(Exercise objective) Write the data out again in full, with no departure from the original.

(Stored data)

━━━━━━

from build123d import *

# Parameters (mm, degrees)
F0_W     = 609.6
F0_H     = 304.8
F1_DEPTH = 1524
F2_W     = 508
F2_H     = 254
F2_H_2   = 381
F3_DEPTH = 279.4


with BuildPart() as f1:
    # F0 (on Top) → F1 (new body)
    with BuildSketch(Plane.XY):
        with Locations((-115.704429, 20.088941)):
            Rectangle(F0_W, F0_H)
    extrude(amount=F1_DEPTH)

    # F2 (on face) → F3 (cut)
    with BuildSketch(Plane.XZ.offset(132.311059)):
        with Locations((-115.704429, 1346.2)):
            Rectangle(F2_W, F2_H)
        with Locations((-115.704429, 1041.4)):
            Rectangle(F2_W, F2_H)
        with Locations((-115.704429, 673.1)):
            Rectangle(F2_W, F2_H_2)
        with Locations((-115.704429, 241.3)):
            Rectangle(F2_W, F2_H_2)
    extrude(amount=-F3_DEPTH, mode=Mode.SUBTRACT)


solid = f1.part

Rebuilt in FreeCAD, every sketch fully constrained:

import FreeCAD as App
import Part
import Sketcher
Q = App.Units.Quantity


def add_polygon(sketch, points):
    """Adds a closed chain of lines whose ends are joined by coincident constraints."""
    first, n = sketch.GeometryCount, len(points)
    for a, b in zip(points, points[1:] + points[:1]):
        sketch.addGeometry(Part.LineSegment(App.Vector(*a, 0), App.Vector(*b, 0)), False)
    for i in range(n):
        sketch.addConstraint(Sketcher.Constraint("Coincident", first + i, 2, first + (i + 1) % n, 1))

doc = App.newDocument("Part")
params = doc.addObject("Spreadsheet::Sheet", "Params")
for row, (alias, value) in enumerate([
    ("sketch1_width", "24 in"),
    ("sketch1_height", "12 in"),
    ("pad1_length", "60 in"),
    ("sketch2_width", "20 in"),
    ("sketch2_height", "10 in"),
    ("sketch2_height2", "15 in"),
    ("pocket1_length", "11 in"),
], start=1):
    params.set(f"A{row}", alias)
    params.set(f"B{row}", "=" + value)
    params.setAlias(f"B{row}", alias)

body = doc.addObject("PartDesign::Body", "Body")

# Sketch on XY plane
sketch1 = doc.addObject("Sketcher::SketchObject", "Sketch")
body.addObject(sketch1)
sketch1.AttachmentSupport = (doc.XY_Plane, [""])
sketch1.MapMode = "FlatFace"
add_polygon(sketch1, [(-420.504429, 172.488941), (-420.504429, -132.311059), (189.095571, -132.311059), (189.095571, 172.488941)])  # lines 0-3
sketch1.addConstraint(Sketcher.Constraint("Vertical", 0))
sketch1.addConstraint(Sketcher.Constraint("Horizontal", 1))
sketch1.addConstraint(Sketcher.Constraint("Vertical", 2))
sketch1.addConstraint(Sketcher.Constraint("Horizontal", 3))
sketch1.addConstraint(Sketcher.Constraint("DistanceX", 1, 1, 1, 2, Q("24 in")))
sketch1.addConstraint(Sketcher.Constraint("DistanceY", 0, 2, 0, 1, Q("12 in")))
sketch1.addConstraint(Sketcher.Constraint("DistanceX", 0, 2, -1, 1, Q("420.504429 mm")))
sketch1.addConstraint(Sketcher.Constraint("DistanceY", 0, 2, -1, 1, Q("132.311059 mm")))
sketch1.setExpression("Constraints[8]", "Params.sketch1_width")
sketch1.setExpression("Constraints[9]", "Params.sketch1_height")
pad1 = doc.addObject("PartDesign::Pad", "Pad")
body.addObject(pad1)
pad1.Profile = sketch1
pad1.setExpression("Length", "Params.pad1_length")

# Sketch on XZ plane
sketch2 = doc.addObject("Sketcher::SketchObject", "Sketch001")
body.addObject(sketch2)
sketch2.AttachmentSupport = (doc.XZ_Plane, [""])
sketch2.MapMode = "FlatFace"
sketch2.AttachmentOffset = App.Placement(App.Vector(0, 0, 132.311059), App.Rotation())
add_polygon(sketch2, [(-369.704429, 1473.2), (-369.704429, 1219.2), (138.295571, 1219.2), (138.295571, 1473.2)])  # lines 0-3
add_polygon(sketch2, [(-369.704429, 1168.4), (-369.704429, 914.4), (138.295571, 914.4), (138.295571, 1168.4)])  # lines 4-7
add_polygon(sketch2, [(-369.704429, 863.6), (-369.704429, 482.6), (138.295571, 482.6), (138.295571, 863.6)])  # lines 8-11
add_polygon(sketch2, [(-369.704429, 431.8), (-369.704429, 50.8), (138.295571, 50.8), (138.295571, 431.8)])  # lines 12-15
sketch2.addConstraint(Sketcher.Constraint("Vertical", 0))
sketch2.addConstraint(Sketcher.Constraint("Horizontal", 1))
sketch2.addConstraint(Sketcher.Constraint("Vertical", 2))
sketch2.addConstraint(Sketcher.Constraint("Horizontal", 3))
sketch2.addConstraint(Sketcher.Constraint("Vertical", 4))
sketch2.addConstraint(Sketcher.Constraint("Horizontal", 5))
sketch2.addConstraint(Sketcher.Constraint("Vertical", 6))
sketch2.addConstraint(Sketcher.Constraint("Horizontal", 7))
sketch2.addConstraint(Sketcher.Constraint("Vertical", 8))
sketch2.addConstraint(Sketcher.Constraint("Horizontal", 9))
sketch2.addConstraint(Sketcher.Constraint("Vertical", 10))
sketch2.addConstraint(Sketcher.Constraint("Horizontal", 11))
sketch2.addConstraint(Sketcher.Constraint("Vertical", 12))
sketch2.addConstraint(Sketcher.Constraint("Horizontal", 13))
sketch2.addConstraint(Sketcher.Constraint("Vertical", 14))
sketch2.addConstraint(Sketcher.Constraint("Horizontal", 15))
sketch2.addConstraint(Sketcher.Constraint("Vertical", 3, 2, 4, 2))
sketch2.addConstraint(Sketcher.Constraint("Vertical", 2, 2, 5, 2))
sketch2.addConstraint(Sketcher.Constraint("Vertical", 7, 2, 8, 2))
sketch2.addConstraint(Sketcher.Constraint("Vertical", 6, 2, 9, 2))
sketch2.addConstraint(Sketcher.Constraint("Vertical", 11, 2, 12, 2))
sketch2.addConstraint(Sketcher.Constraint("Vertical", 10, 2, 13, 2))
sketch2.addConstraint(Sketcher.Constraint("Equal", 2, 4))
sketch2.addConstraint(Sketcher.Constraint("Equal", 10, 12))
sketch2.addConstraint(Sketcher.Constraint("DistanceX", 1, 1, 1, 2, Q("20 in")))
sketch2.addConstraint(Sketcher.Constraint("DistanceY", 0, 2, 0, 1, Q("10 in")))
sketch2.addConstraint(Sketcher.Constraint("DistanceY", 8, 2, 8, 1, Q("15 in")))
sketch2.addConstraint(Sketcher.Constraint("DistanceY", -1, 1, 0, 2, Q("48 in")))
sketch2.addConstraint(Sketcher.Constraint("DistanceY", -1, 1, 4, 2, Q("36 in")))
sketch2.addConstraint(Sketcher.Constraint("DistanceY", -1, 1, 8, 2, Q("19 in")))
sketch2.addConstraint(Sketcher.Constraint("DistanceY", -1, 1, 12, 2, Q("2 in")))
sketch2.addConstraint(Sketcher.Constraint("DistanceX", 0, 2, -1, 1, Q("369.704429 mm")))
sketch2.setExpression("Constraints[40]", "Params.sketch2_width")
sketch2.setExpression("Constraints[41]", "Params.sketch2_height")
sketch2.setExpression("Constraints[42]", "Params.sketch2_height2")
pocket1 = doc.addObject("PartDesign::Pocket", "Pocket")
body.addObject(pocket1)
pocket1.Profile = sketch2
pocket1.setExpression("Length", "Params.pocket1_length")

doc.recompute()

━━━━━━

(Your response)
from build123d import *

# Parameters (mm, degrees)
F0_W     = 609.6
F0_H     = 304.8
F1_DEPTH = 1524
F2_W     = 508
F2_H     = 254
F2_H_2   = 381
F3_DEPTH = 279.4


with BuildPart() as f1:
    # F0 (on Top) → F1 (new body)
    with BuildSketch(Plane.XY):
        with Locations((-115.704429, 20.088941)):
            Rectangle(F0_W, F0_H)
    extrude(amount=F1_DEPTH)

    # F2 (on face) → F3 (cut)
    with BuildSketch(Plane.XZ.offset(132.311059)):
        with Locations((-115.704429, 1346.2)):
            Rectangle(F2_W, F2_H)
        with Locations((-115.704429, 1041.4)):
            Rectangle(F2_W, F2_H)
        with Locations((-115.704429, 673.1)):
            Rectangle(F2_W, F2_H_2)
        with Locations((-115.704429, 241.3)):
            Rectangle(F2_W, F2_H_2)
    extrude(amount=-F3_DEPTH, mode=Mode.SUBTRACT)


solid = f1.part

Rebuilt in FreeCAD, every sketch fully constrained:

import FreeCAD as App
import Part
import Sketcher
Q = App.Units.Quantity


def add_polygon(sketch, points):
    """Adds a closed chain of lines whose ends are joined by coincident constraints."""
    first, n = sketch.GeometryCount, len(points)
    for a, b in zip(points, points[1:] + points[:1]):
        sketch.addGeometry(Part.LineSegment(App.Vector(*a, 0), App.Vector(*b, 0)), False)
    for i in range(n):
        sketch.addConstraint(Sketcher.Constraint("Coincident", first + i, 2, first + (i + 1) % n, 1))

doc = App.newDocument("Part")
params = doc.addObject("Spreadsheet::Sheet", "Params")
for row, (alias, value) in enumerate([
    ("sketch1_width", "24 in"),
    ("sketch1_height", "12 in"),
    ("pad1_length", "60 in"),
    ("sketch2_width", "20 in"),
    ("sketch2_height", "10 in"),
    ("sketch2_height2", "15 in"),
    ("pocket1_length", "11 in"),
], start=1):
    params.set(f"A{row}", alias)
    params.set(f"B{row}", "=" + value)
    params.setAlias(f"B{row}", alias)

body = doc.addObject("PartDesign::Body", "Body")

# Sketch on XY plane
sketch1 = doc.addObject("Sketcher::SketchObject", "Sketch")
body.addObject(sketch1)
sketch1.AttachmentSupport = (doc.XY_Plane, [""])
sketch1.MapMode = "FlatFace"
add_polygon(sketch1, [(-420.504429, 172.488941), (-420.504429, -132.311059), (189.095571, -132.311059), (189.095571, 172.488941)])  # lines 0-3
sketch1.addConstraint(Sketcher.Constraint("Vertical", 0))
sketch1.addConstraint(Sketcher.Constraint("Horizontal", 1))
sketch1.addConstraint(Sketcher.Constraint("Vertical", 2))
sketch1.addConstraint(Sketcher.Constraint("Horizontal", 3))
sketch1.addConstraint(Sketcher.Constraint("DistanceX", 1, 1, 1, 2, Q("24 in")))
sketch1.addConstraint(Sketcher.Constraint("DistanceY", 0, 2, 0, 1, Q("12 in")))
sketch1.addConstraint(Sketcher.Constraint("DistanceX", 0, 2, -1, 1, Q("420.504429 mm")))
sketch1.addConstraint(Sketcher.Constraint("DistanceY", 0, 2, -1, 1, Q("132.311059 mm")))
sketch1.setExpression("Constraints[8]", "Params.sketch1_width")
sketch1.setExpression("Constraints[9]", "Params.sketch1_height")
pad1 = doc.addObject("PartDesign::Pad", "Pad")
body.addObject(pad1)
pad1.Profile = sketch1
pad1.setExpression("Length", "Params.pad1_length")

# Sketch on XZ plane
sketch2 = doc.addObject("Sketcher::SketchObject", "Sketch001")
body.addObject(sketch2)
sketch2.AttachmentSupport = (doc.XZ_Plane, [""])
sketch2.MapMode = "FlatFace"
sketch2.AttachmentOffset = App.Placement(App.Vector(0, 0, 132.311059), App.Rotation())
add_polygon(sketch2, [(-369.704429, 1473.2), (-369.704429, 1219.2), (138.295571, 1219.2), (138.295571, 1473.2)])  # lines 0-3
add_polygon(sketch2, [(-369.704429, 1168.4), (-369.704429, 914.4), (138.295571, 914.4), (138.295571, 1168.4)])  # lines 4-7
add_polygon(sketch2, [(-369.704429, 863.6), (-369.704429, 482.6), (138.295571, 482.6), (138.295571, 863.6)])  # lines 8-11
add_polygon(sketch2, [(-369.704429, 431.8), (-369.704429, 50.8), (138.295571, 50.8), (138.295571, 431.8)])  # lines 12-15
sketch2.addConstraint(Sketcher.Constraint("Vertical", 0))
sketch2.addConstraint(Sketcher.Constraint("Horizontal", 1))
sketch2.addConstraint(Sketcher.Constraint("Vertical", 2))
sketch2.addConstraint(Sketcher.Constraint("Horizontal", 3))
sketch2.addConstraint(Sketcher.Constraint("Vertical", 4))
sketch2.addConstraint(Sketcher.Constraint("Horizontal", 5))
sketch2.addConstraint(Sketcher.Constraint("Vertical", 6))
sketch2.addConstraint(Sketcher.Constraint("Horizontal", 7))
sketch2.addConstraint(Sketcher.Constraint("Vertical", 8))
sketch2.addConstraint(Sketcher.Constraint("Horizontal", 9))
sketch2.addConstraint(Sketcher.Constraint("Vertical", 10))
sketch2.addConstraint(Sketcher.Constraint("Horizontal", 11))
sketch2.addConstraint(Sketcher.Constraint("Vertical", 12))
sketch2.addConstraint(Sketcher.Constraint("Horizontal", 13))
sketch2.addConstraint(Sketcher.Constraint("Vertical", 14))
sketch2.addConstraint(Sketcher.Constraint("Horizontal", 15))
sketch2.addConstraint(Sketcher.Constraint("Vertical", 3, 2, 4, 2))
sketch2.addConstraint(Sketcher.Constraint("Vertical", 2, 2, 5, 2))
sketch2.addConstraint(Sketcher.Constraint("Vertical", 7, 2, 8, 2))
sketch2.addConstraint(Sketcher.Constraint("Vertical", 6, 2, 9, 2))
sketch2.addConstraint(Sketcher.Constraint("Vertical", 11, 2, 12, 2))
sketch2.addConstraint(Sketcher.Constraint("Vertical", 10, 2, 13, 2))
sketch2.addConstraint(Sketcher.Constraint("Equal", 2, 4))
sketch2.addConstraint(Sketcher.Constraint("Equal", 10, 12))
sketch2.addConstraint(Sketcher.Constraint("DistanceX", 1, 1, 1, 2, Q("20 in")))
sketch2.addConstraint(Sketcher.Constraint("DistanceY", 0, 2, 0, 1, Q("10 in")))
sketch2.addConstraint(Sketcher.Constraint("DistanceY", 8, 2, 8, 1, Q("15 in")))
sketch2.addConstraint(Sketcher.Constraint("DistanceY", -1, 1, 0, 2, Q("48 in")))
sketch2.addConstraint(Sketcher.Constraint("DistanceY", -1, 1, 4, 2, Q("36 in")))
sketch2.addConstraint(Sketcher.Constraint("DistanceY", -1, 1, 8, 2, Q("19 in")))
sketch2.addConstraint(Sketcher.Constraint("DistanceY", -1, 1, 12, 2, Q("2 in")))
sketch2.addConstraint(Sketcher.Constraint("DistanceX", 0, 2, -1, 1, Q("369.704429 mm")))
sketch2.setExpression("Constraints[40]", "Params.sketch2_width")
sketch2.setExpression("Constraints[41]", "Params.sketch2_height")
sketch2.setExpression("Constraints[42]", "Params.sketch2_height2")
pocket1 = doc.addObject("PartDesign::Pocket", "Pocket")
body.addObject(pocket1)
pocket1.Profile = sketch2
pocket1.setExpression("Length", "Params.pocket1_length")

doc.recompute()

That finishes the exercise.